Question: Specifying two deterministic self-referential timeseries

Hello all! I’m a PyMC novice, so sorry if this is the wrong place to ask this. Please feel free to direct me to the correct place.

I’m looking for some guidance in setting up a model-fitting procedure I’m working on. The model basically have 5 stochastic priors (U, R, D, F, f, and A), and two deterministic “time-series” variables (ui and Rn). ui and Rn depend on their initial conditions (U and R respectively). In addition, Rn[idx] depends on ui[idx]. I’ve been trying to make this work for a few days now, and I’m at a place where I need to ask for help.

I’ve tried a whole host of things that haven’t worked (i.e. days of error messages). I’ll spare you all that, and just show you what I have right now.

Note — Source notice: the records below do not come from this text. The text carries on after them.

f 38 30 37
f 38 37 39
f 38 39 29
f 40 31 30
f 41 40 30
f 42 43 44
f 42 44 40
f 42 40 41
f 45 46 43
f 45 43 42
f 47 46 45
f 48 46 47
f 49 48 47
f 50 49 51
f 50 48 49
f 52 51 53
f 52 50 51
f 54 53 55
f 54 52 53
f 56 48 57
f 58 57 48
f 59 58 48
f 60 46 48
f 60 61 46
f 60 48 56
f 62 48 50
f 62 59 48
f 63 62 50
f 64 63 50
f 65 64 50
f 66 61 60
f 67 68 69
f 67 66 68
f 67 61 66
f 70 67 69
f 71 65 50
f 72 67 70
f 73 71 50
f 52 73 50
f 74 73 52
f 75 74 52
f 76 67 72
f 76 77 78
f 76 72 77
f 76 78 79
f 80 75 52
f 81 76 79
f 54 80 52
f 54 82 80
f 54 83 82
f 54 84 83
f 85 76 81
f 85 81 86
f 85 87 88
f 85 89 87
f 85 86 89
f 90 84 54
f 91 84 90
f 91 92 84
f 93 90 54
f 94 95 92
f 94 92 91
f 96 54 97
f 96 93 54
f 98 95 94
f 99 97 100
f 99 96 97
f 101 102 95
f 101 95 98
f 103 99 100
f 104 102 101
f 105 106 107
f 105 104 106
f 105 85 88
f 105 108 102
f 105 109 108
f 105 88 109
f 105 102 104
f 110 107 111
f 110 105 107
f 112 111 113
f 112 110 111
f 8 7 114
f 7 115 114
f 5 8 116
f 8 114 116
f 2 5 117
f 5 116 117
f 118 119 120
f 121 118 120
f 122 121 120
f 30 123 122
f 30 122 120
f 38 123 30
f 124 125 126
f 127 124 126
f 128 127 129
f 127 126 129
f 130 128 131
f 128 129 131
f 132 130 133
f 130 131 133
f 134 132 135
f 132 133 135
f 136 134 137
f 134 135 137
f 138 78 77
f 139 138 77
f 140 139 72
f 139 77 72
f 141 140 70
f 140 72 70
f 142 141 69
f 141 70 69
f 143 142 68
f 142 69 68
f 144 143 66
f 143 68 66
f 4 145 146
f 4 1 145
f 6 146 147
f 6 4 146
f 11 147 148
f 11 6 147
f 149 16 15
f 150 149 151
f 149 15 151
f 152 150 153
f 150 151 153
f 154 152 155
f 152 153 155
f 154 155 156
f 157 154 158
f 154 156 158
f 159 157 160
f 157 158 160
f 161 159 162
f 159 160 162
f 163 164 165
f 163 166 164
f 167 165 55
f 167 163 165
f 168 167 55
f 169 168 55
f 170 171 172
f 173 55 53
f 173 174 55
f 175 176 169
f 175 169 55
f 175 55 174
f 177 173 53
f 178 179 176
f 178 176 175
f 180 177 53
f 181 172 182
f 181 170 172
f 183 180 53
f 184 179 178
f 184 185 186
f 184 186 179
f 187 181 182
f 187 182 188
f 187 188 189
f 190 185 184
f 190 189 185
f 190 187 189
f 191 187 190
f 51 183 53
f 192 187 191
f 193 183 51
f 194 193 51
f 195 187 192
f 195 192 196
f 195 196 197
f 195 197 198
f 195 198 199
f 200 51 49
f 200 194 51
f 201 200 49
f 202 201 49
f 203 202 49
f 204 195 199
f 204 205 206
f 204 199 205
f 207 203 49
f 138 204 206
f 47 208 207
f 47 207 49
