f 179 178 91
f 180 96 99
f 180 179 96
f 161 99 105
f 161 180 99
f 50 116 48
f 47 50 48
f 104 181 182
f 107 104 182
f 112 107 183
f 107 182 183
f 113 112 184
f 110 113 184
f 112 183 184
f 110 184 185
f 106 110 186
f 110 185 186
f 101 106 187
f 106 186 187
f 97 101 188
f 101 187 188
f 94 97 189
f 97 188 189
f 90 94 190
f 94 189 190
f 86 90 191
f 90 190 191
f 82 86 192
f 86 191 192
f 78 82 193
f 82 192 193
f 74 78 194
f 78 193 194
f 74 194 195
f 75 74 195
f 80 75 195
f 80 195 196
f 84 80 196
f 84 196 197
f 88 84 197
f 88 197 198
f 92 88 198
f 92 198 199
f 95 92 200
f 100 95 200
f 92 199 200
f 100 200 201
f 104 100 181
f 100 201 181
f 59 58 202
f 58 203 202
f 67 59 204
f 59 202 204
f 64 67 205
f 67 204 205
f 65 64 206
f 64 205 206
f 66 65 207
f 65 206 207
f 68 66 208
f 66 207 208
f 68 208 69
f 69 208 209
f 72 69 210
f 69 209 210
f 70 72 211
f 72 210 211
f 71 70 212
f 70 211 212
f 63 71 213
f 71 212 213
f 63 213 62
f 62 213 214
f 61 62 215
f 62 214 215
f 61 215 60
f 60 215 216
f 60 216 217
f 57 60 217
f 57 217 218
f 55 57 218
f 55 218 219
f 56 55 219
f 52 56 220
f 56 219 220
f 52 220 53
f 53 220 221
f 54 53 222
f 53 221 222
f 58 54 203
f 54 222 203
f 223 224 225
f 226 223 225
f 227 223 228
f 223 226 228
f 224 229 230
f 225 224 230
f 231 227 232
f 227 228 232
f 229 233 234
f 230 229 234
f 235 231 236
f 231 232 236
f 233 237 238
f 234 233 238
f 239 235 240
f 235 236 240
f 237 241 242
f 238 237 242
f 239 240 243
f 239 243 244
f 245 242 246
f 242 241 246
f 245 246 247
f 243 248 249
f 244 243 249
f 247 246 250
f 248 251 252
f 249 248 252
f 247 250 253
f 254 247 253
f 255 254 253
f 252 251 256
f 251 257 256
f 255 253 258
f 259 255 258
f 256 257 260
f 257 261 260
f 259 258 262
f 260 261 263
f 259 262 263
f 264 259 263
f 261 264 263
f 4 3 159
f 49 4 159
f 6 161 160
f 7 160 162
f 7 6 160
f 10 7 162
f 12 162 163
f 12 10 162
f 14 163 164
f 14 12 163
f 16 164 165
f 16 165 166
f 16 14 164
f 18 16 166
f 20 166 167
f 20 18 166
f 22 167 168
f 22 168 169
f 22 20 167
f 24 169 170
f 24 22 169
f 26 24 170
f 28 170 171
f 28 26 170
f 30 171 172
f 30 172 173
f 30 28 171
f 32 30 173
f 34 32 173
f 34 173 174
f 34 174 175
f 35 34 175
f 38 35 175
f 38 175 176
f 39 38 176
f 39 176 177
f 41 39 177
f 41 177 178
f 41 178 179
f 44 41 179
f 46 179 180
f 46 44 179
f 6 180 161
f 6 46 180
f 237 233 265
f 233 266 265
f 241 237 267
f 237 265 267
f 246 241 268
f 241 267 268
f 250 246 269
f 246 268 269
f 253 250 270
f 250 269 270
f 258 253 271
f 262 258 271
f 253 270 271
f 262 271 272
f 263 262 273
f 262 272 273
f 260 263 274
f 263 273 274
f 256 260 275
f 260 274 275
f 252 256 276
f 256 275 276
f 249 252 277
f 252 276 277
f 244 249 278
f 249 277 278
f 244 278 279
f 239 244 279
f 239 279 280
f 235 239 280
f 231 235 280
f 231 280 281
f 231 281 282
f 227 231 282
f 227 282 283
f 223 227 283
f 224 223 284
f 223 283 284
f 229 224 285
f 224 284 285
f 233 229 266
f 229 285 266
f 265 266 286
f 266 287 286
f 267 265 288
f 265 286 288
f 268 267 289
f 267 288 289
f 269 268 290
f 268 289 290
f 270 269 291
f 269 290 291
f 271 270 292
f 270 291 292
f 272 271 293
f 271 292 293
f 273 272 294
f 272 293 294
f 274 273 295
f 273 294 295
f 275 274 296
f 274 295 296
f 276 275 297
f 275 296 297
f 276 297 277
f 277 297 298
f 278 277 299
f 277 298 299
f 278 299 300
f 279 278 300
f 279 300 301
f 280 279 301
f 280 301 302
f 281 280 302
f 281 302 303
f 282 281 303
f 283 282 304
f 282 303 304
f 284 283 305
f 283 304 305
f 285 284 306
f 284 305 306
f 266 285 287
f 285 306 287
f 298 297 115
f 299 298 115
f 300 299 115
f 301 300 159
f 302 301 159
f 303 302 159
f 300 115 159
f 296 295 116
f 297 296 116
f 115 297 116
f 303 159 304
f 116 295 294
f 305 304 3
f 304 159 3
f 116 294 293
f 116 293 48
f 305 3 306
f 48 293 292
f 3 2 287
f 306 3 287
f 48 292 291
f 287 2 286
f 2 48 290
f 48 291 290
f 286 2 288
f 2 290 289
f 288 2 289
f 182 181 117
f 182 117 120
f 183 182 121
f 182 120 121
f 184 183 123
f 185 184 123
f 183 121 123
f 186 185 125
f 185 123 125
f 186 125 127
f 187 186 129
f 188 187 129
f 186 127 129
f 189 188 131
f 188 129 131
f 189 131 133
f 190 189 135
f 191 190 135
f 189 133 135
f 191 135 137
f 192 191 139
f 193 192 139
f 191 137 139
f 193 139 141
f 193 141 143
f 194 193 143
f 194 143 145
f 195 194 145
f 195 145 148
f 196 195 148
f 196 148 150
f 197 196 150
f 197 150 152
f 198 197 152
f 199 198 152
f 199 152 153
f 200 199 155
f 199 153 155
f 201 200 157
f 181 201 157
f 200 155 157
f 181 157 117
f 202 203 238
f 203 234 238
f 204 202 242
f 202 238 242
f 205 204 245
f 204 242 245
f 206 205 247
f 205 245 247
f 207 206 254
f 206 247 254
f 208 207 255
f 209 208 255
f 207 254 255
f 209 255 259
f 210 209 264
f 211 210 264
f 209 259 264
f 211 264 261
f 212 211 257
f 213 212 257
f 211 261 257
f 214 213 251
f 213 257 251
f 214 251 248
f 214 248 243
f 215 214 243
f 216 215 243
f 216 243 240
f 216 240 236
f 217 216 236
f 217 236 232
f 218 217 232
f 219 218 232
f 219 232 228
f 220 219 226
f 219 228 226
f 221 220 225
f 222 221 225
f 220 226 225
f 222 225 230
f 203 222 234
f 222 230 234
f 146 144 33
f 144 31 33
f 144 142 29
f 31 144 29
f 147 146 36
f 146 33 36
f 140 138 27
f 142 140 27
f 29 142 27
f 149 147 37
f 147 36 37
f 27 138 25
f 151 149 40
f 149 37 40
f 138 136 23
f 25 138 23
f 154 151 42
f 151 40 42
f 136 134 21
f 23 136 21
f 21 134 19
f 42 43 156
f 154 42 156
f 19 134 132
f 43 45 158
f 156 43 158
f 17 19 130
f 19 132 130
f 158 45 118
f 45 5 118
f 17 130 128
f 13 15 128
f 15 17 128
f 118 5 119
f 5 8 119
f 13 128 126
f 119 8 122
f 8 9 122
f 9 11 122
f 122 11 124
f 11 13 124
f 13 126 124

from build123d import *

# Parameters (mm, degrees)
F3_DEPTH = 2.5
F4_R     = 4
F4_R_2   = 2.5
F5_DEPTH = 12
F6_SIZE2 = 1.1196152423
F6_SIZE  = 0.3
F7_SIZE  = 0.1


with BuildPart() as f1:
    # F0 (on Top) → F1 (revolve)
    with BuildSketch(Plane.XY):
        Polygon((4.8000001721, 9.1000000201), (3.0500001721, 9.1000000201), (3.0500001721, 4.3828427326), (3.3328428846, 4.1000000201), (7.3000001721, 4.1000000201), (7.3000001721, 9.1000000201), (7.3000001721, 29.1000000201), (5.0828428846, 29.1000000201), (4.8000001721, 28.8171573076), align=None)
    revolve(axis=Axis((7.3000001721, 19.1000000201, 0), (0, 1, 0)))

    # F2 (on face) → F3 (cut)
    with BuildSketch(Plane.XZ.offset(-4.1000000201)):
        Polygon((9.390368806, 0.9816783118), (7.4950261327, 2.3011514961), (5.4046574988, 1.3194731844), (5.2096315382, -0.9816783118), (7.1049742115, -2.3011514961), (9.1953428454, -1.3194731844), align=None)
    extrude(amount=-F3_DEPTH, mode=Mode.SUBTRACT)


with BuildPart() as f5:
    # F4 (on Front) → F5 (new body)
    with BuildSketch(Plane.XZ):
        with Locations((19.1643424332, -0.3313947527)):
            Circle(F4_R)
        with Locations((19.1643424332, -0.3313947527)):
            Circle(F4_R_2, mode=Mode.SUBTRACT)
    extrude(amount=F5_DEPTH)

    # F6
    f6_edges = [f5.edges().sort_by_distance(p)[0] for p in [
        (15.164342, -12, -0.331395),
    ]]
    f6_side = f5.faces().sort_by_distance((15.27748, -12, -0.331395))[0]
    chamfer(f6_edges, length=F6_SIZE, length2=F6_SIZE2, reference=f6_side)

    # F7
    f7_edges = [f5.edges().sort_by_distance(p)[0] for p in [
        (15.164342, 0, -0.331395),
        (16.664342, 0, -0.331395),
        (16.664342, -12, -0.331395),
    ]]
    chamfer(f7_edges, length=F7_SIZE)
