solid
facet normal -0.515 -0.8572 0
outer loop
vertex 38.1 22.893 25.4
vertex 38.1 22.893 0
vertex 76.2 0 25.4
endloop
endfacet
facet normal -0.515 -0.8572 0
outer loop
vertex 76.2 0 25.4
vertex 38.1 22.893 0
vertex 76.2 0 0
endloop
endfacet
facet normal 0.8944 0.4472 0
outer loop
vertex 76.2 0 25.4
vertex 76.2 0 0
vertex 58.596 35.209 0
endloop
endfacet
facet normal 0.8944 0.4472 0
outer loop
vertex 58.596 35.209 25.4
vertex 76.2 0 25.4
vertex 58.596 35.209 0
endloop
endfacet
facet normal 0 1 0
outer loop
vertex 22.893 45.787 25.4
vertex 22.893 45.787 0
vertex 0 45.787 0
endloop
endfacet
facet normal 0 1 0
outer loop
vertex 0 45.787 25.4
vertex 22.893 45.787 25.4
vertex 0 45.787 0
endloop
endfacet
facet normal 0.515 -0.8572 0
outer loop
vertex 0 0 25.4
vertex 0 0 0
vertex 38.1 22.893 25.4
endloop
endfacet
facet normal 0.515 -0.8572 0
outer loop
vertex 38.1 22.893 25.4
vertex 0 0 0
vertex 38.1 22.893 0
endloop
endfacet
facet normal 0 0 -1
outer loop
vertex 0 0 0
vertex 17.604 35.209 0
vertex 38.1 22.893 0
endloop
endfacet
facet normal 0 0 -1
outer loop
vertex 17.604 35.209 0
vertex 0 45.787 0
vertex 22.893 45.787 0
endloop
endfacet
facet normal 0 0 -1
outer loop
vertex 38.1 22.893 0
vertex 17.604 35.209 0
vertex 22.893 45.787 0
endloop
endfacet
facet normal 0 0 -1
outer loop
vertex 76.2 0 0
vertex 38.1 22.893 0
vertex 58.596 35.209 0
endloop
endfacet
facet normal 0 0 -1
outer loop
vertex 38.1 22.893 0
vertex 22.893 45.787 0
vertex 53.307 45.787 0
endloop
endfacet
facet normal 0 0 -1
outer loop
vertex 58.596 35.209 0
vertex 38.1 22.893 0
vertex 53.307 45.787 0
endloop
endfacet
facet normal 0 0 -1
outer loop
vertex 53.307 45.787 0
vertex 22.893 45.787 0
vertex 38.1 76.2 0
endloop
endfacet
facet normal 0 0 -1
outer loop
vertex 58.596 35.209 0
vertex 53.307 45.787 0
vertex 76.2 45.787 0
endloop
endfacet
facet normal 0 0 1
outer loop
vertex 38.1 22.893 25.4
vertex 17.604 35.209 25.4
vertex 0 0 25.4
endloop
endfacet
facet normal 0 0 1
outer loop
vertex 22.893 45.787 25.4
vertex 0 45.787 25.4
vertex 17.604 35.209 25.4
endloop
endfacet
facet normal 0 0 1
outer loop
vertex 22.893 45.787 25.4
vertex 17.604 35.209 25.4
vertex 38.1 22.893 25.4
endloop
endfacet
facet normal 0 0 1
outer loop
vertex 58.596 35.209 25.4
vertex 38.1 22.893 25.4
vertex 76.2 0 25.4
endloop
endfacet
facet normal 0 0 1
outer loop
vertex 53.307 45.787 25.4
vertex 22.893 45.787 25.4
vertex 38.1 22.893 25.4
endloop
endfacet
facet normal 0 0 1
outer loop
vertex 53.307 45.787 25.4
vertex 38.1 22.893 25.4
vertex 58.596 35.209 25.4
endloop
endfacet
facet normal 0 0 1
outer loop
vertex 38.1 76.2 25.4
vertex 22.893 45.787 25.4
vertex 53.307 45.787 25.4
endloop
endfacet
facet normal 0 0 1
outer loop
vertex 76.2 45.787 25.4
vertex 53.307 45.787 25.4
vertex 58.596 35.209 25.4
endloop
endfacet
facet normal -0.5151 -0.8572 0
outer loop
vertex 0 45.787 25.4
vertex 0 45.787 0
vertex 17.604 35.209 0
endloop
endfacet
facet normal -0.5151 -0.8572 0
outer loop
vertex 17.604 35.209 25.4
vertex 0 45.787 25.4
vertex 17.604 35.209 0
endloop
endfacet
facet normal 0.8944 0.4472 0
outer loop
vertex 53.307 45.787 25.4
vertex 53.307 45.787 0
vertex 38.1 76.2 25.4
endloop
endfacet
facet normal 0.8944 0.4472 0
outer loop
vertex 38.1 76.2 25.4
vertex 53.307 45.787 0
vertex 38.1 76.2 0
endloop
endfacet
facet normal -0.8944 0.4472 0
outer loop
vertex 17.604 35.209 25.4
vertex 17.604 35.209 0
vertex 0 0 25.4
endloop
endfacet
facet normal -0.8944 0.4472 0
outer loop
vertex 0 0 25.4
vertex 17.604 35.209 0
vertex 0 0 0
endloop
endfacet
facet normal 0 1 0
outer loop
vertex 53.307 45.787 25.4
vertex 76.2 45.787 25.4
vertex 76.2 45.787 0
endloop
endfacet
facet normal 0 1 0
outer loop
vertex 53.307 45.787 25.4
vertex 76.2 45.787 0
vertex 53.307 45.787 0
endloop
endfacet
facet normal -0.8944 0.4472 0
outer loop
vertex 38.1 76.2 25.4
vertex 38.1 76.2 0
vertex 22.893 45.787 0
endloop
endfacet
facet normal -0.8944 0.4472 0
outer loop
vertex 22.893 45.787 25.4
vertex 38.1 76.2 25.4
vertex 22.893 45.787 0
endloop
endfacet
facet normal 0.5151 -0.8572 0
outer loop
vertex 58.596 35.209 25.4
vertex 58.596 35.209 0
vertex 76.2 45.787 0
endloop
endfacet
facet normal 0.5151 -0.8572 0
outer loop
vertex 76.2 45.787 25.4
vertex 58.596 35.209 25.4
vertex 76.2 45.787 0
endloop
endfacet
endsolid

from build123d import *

# Parameters (mm, degrees)
F1_DEPTH = 25.4


with BuildPart() as f1:
    # F0 (on Top) → F1 (new body)
    with BuildSketch(Plane.XY):
        Polygon((38.1, 76.2), (22.8934809566, 45.7869619131), (53.3065190434, 45.7869619131), align=None)
        Polygon((22.8934809566, 45.7869619131), (0, 45.7869619131), (17.6044199078, 35.2088398157), align=None)
        Polygon((17.6044199078, 35.2088398157), (0, 0), (38.1, 22.8934809566), align=None)
        Polygon((38.1, 22.8934809566), (76.2, 0), (58.5955800922, 35.2088398157), align=None)
        Polygon((58.5955800922, 35.2088398157), (76.2, 45.7869619131), (53.3065190434, 45.7869619131), align=None)
        Polygon((17.6044199078, 35.2088398157), (38.1, 22.8934809566), (58.5955800922, 35.2088398157), (53.3065190434, 45.7869619131), (22.8934809566, 45.7869619131), align=None)
    extrude(amount=F1_DEPTH)


solid = f1.part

I’m sure there’s a sensible way to accomplish this, and I’m hoping if I just share what I have, someone will be able to tell me a better way to handle it:

The function to calculate the updates to the ui and Rn variables is:

def calc_both(ui, R, U, f, dT, F, D):

ui_main_term = ui + f * (1 - ui) - U
ui_exponential = np.exp(-dT/F)
ui_full_term = U + (ui_main_term * ui_exponential)

Rn_main_term = 1 - (R * (1 - ui))
Rn_exponential = np.exp(-(dT/D))
Rn_full_term = 1 - (Rn_main_term * Rn_exponential)
    
return ui_full_term, Rn_full_term

And the model itself is specified as:

with pm.Model() as TM_model:

# Set constants
dT = 0.1
stim_n = len(data)
R = 1.0

# Set priors
U = pm.Uniform('U', lower=0, upper=1)
f = pm.Uniform('f', lower=0, upper=1)
D = pm.Uniform('D', lower=0, upper=2)
F = pm.Uniform('F', lower=0, upper=2)
A = pm.Uniform('A', lower=20, upper=1000000)
ui = U

# Calculate dynamics
result, updates = tn.scan(fn=calc_both, outputs_info=[ui, R], non_sequences=(U, f, dT, F, D), n_steps=stim_n)
power = tn.function(inputs=[ui, R, U, f, dT, F, D], outputs=result, updates=updates, on_unused_input='warn')
ui_Rn = power(ui, R, U, f, dT, F, D)
ui = ui_Rn[0]
Rn = ui_Rn[1]

# Predict PSCs
p_psc = A * ui * Rn

# Define Likelihood
p_data = pm.Normal('p_data', mu=p_psc, observed=data)

This particular example fails when setting up the Theano Scan function. I’ve tried implementing the loop in pure python, but that fails as well. Any advice would be appreciated!

TL;DR: I’m looking for a working way to specify two deterministic variables (ui, and Rn). They both depend on their initial condition (U and R respectively) and Rn depends on ui. Any help, guidance, or redirection is appreciated!

I think you are on the right path - you just need to make sure the tt.scan part is implemented correctly (which is the most challenging part!). Have a look at eg: https://docs.pymc.io/notebooks/PyMC3_tips_and_heuristic.html#PyMC3-implementation-using-theano.scan about how to implement a tt.scan and compare with python for loop

Thanks for the quick feedback! I’d certainly say it’s challenging, particularly since i’m new to Theano in general.

So I’ve made a small amount of progress and the theano.scan it works when I run the test outside the PyMC3 model. To accomplish this, instead of explicitly specifying my constants I replaced them with tt.fscalar() values. But when I test it within a pm.Model() it fails with error:

AttributeError: stim_n has no test value

It seems PyMC always sets theano.config.compute_test_value to ‘raise’ when i instantiate the model. I’ve tried running “tn.config.compute_test_value = ‘off’” at the start of the model, but this causes the error:

AttributeError: ‘scratchpad’ object has no attribute ‘test_value’

So I’m guessing that’s a bad idea? Through searching I’ve found several variants of this issue, and they all seem to happen sometimes to some people and not others. Maybe due to broken packages? As per this issue, I just ran theano.test() and had 261 errors :sweat_smile:. I guess it’s time to try a fresh install!

I’ll update with my progress here in case someone finds it helpful in the future. Again, if you know of anything obvious I’m missing please let me know!

If you are getting:

One of the simple solution is to do something like mytensor.tag.test_value = 1.